Ножницы монтажера получили новое назначение.
Монтажные куски иначе завершаются и сходятся в новых противоречиях.
Молодой Сергей Юткевич говорил тогда, что «Чапаев» связан с «Матерью» Пудовкина и не связан с Эйзенштейном. Значит, это ребенок с матерью без отца.
В искусстве так не бывает.
Прошли годы, и тот же Юткевич стал одним из тех, кто восстанавливал наследие Эйзенштейна; он помог разобраться в его архиве; он руководит изданием мастера.
В искусстве очень многое принадлежит молодым, но зрелость тоже нужна художнику.
Нам говорить сейчас легче, мы судим себя, зная результат опытов своих и опытов товарищей.
Мы живем заново, как летописец Пимен, который в чем-то наш современник.
Братья Васильевы работали рядом с С. М. Эйзенштейном. Он говорил с ними, они помогали и ему и Г. В. Александрову.
Они выросли на общей работе советского кино, они изменились, оставшись до конца верными тому, что не совершил их собственный учитель.
Сергей Михайлович на этом совещании рассказывал, как мастера французского детектива Эжен Сю и Виктор Гюго использовали опыт Купера.
У Фенимора Купера разведчик – старый охотник по прозвищу Кожаный Чулок по мельчайшим следам разгадывал, что произошло в лесу.
Купер был очень знаменит лет сто тому назад.
Опыт Купера вошел в общий свод опыта построения искусства.
Но существовал момент, когда он механически цитировался. Приведу слова Сергея Эйзенштейна:
«Об этой связи раннего детектива со «Следопытами» Купера пишут Бальзак, Гюго, Эжен Сю, сделавшие немало в том плане, из которого потом выработался регулярный детективный роман.
Излагая в письмах и записях соображения, которые руководили ими при сюжетных построениях сыска, погонь, преследования («Отверженные», «Вотрен», «Агасфер»), все они пишут, что пленившим их прообразом служила обстановка дремучего леса Фенимора Куперa и что они хотят перенести этот образ дремучего леса и аналогичного действия в лабиринт переулков и улиц Парижа. Собрание улик тянется от того же метода «следопытов», которых Фенимор Купер изображал в своих произведениях.
Таким образом, «дремучий лес» и практика «следопытов» из произведений Купера для больших романистов, как Бальзак и Гюго, послужили как бы исходной метафорой в отношении приключенческих построений внутри лабиринта Парижа и интриг сыска.

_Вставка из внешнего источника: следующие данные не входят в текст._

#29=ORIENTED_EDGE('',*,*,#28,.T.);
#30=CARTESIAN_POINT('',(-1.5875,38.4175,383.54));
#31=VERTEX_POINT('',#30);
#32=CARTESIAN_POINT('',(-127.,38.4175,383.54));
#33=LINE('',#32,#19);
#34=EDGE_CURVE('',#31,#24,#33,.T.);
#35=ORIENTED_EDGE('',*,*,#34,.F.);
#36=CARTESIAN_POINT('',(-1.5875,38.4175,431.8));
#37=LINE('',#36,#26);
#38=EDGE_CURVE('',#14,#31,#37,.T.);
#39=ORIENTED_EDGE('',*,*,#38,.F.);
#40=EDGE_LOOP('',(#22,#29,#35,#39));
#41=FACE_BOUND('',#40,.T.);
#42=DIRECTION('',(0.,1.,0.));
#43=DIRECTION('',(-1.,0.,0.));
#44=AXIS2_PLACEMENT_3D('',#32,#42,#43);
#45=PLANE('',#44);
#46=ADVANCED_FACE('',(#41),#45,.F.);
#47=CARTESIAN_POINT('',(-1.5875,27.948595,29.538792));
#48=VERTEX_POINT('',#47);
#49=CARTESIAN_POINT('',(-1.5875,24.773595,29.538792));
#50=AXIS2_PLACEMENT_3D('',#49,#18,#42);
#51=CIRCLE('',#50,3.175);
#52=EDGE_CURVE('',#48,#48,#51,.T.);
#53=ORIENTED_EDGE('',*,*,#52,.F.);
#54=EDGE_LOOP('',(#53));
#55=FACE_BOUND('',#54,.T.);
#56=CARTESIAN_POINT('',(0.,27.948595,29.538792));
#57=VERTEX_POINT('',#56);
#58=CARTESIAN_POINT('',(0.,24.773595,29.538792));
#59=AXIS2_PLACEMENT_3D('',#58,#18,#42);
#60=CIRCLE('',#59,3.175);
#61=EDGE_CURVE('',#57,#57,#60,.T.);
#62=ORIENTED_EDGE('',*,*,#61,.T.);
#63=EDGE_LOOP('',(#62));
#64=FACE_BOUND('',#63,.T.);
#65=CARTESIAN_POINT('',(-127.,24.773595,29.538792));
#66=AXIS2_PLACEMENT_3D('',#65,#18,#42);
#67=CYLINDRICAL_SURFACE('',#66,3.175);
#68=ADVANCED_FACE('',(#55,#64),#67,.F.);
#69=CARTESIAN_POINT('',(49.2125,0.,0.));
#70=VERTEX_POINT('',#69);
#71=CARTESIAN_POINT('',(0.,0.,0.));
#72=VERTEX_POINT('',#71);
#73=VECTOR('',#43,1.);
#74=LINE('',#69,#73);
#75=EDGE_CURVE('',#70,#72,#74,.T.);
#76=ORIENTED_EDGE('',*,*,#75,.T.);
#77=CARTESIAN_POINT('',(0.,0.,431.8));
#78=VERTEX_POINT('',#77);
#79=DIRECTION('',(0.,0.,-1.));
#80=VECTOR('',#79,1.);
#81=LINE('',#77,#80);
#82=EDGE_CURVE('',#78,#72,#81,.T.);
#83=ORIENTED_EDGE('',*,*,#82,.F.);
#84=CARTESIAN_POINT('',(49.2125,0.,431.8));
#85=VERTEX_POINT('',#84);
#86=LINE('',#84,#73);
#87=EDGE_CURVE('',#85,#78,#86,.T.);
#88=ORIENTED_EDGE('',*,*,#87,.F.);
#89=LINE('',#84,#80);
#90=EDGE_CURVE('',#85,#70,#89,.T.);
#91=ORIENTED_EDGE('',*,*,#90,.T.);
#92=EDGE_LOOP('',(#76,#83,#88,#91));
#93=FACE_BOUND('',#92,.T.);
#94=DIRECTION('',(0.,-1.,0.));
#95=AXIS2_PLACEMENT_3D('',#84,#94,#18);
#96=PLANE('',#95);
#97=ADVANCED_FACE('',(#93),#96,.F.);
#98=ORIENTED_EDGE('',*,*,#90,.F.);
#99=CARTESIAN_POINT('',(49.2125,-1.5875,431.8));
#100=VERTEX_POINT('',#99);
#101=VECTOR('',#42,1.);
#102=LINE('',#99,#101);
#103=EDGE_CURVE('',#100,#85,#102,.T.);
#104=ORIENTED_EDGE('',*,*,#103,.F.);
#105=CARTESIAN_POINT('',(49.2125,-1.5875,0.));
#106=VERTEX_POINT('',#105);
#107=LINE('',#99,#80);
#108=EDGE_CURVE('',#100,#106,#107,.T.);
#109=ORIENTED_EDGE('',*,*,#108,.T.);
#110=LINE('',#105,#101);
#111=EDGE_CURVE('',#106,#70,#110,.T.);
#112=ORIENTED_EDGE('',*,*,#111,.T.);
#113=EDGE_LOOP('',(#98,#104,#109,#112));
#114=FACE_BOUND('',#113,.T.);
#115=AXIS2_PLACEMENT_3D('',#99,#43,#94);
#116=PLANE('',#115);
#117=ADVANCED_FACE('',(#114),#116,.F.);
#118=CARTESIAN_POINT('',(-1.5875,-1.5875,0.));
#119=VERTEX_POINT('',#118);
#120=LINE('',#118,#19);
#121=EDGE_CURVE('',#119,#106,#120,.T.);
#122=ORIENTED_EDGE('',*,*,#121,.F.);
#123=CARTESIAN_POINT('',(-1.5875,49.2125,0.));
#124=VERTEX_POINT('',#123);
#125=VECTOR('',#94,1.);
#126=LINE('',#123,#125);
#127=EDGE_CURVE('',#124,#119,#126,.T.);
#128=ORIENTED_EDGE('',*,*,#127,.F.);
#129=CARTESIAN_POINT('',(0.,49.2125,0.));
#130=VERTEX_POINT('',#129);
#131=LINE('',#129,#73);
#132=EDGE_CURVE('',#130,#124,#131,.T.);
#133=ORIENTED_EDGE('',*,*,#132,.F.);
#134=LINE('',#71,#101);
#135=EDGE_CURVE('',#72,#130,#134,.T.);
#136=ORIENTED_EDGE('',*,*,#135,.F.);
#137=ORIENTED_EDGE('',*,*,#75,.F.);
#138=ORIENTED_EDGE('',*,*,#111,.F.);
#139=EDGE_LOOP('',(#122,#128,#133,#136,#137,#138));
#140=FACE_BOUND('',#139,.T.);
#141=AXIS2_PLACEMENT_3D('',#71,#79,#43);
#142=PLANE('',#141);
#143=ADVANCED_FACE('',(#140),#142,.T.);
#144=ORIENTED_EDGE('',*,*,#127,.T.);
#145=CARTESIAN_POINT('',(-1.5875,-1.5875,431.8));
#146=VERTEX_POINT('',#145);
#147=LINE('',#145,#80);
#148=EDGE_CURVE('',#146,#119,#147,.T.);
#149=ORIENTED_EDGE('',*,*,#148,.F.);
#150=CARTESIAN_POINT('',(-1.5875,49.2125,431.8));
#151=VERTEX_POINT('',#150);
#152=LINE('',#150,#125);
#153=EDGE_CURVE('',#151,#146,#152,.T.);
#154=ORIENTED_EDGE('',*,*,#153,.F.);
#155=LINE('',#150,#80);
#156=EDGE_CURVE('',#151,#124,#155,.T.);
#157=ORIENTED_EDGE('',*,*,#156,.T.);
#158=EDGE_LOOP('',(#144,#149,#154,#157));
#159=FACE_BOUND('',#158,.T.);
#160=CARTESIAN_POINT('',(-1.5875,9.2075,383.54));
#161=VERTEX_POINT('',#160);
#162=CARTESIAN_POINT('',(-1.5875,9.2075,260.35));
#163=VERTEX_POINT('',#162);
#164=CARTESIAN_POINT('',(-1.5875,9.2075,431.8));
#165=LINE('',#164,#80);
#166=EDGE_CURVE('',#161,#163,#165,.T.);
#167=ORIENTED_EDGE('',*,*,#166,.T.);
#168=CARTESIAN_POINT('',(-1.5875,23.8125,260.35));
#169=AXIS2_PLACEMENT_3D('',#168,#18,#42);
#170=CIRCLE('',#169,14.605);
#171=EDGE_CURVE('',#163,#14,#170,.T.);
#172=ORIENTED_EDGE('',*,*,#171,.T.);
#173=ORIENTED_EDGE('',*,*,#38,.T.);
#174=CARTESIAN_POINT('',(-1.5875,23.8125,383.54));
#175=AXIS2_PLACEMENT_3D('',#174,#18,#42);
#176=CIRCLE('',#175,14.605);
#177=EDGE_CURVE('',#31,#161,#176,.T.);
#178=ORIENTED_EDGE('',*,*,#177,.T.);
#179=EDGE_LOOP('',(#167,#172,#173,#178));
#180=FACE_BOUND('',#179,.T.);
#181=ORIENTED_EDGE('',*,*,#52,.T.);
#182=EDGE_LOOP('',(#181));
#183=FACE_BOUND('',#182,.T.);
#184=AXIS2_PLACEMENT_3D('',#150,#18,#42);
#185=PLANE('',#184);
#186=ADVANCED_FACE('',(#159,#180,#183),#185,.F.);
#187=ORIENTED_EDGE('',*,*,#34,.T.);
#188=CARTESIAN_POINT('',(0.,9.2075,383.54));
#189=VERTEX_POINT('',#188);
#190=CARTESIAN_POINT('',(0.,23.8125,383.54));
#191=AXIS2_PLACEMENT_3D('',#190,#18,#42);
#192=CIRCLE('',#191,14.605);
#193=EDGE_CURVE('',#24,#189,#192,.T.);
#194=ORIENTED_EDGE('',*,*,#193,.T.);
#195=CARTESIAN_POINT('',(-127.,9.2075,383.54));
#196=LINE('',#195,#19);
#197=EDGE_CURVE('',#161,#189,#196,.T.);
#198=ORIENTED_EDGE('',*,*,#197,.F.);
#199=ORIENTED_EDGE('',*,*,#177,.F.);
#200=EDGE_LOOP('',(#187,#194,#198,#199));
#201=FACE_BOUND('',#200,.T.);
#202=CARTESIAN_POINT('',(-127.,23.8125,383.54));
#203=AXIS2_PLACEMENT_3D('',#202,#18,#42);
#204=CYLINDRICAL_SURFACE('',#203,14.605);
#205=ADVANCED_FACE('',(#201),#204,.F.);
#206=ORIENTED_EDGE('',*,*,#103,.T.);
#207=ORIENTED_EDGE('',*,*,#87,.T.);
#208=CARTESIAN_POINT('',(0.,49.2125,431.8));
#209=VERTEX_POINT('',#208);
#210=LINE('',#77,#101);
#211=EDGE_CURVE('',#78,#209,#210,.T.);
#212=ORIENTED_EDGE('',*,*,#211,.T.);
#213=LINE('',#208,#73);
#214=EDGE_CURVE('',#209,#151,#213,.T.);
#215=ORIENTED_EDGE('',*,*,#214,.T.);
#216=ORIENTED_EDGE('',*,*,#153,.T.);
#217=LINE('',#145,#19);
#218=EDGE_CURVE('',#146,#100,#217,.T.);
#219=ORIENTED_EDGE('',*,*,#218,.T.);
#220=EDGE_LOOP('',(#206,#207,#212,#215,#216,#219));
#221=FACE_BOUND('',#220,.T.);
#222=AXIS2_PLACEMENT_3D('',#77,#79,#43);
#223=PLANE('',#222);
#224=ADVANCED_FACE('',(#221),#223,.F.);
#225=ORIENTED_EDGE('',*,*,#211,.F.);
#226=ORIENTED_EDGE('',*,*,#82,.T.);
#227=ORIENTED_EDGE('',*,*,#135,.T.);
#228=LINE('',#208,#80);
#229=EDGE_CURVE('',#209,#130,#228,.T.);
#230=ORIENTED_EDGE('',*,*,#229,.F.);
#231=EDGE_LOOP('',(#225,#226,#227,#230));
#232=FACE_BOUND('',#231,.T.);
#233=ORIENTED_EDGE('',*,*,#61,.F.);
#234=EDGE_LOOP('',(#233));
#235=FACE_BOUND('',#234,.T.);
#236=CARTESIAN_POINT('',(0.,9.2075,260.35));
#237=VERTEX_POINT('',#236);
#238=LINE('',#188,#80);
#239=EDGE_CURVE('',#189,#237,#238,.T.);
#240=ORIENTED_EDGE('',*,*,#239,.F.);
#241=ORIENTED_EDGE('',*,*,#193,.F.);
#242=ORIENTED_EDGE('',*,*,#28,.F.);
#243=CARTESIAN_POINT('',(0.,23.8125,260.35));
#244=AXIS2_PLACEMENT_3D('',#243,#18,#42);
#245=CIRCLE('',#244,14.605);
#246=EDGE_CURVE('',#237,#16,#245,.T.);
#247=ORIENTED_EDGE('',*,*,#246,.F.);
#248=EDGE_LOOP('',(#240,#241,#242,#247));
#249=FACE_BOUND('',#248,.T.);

Это помогло оформить те идеологические тенденции, которые лежали в основе детектива. Возникает целый самостоятельный тип сюжетосложений. Но вот наравне с этим использованием «наследства» Купера в таком динамически понятом качественном построении мы имеем еще другой вид – вид буквальной пересадки, буквального приложения. Тогда получается нелепость и бред! Так, например, Поль Феваль пишет роман, в котором у него участвуют фактические краснокожие внутри фактического Парижа и есть сцена, когда три индейца скальпируют человека на извозчике!!!» (т. 2, стр. 107-108).
Эйзенштейн прав.
Напомню, что у Кулешова в ленте «Приключения мистера Веста в стране большевиков» принимают участие в действии американец, приехавший в Москву, и его слуга ковбой.
В той ленте американский опыт был не столько использован, сколько перепародирован.
Достоевский использовал, исследуя жизнь изменившегося города, опыт Купера, Бальзака и Эжена Сю, но превратил детективный роман в роман философский, поняв ход времени, изменив функцию того, что казалось опровергнутым.
О понятности: бывают большие споры, великие ошибки
На Всесоюзном творческом совещании работников советской кинематографии, происходившем в начале января 1935 года в Москве, встреченный бурными аплодисментами Сергей Васильев сказал:
«Мы говорим о простоте и говорим много. Сегодня здесь появилась традиция: Юткевич говорил о Жорж Занд, Эйзенштейн разговаривал вчера с Вагнером. Позвольте мне поговорить с одним «творческим работником»:
«Как только искусство высших классов выделилось из народного искусства, так явилось убеждение в том, что искусство может быть искусством и вместе с тем быть непонятно массам. А как только было допущено это положение, так неизбежно надо было допустить, что искусство может быть понятным только для самого малого числа избранных…
Так и говорят прямо теперешние художники: я творю и понимаю себя, а если кто не понимает меня, тем хуже для него… Но если большинство не понимает, то надо растолковать ему, сообщить ему те знания, которые нужны для понимания. Но оказывается, что таких знаний нет и растолковать произведение нельзя, и потому те, которые говорят, что большинство не понимает хороших произведений искусства, не дают разъяснений, а говорят, что для того, чтобы понять, надо читать, смотреть, слушать еще и еще раз те же произведения. Но это значит не разъяснять, а приучать. А приучить можно ко всему, и самому трудному. Так можно приучить людей к гнилой пище, водке, опиуму, так можно приучить людей к дурному искусству, что, собственно, и делается… Великие предметы искусства только потому и велики, что они доступны и понятны всем.
Дело искусства состоит именно в том, чтобы делать понятным и доступным то, что могло быть непонятно и недоступно в виде рассуждения…
Не может быть непонятно большим массам искусство только потому, что оно очень хорошо, как это любят говорить художники нашего времени… Так что столь любимые, наивно принимаемые культурною толпой доводы о том, что для того, чтобы почувствовать искусство, надо понимать его (что, в сущности, значит только приучаться к нему), есть самое верное указание, что то, что предлагается принимать таким образом, – есть или очень плохое искусство, или вовсе не искусство!»[30]
Это сказал Лев Николаевич Толстой. На его слова ссылался с трибуны большого собрания Сергей Васильев.
В чем тогда был не прав Сергей Васильев?
Его цитата состоит из сдвинутых и абсолютизированных кусков. Если взять произведение, из которого она взята, – «Что такое искусство?», написанное Толстым в 1897–1898 годах, то окажется, что цитата смонтирована из высказываний, взятых с самых разных страниц.
Между тем надо брать и весь трактат в его сложности и в его выводах. Сам трактат занимает много страниц: он идет с 27-й страницы по 195-ю. Кроме того, он содержит прибавление и полтома вариантов. Основан он на том, что правда – это христианская религия, и правдиво в ней то, что соответствует ей, например «Повествование об Иосифе Прекрасном».
30
«За большое киноискусство», М., Кинофотоиздат, 1935, стр. 113.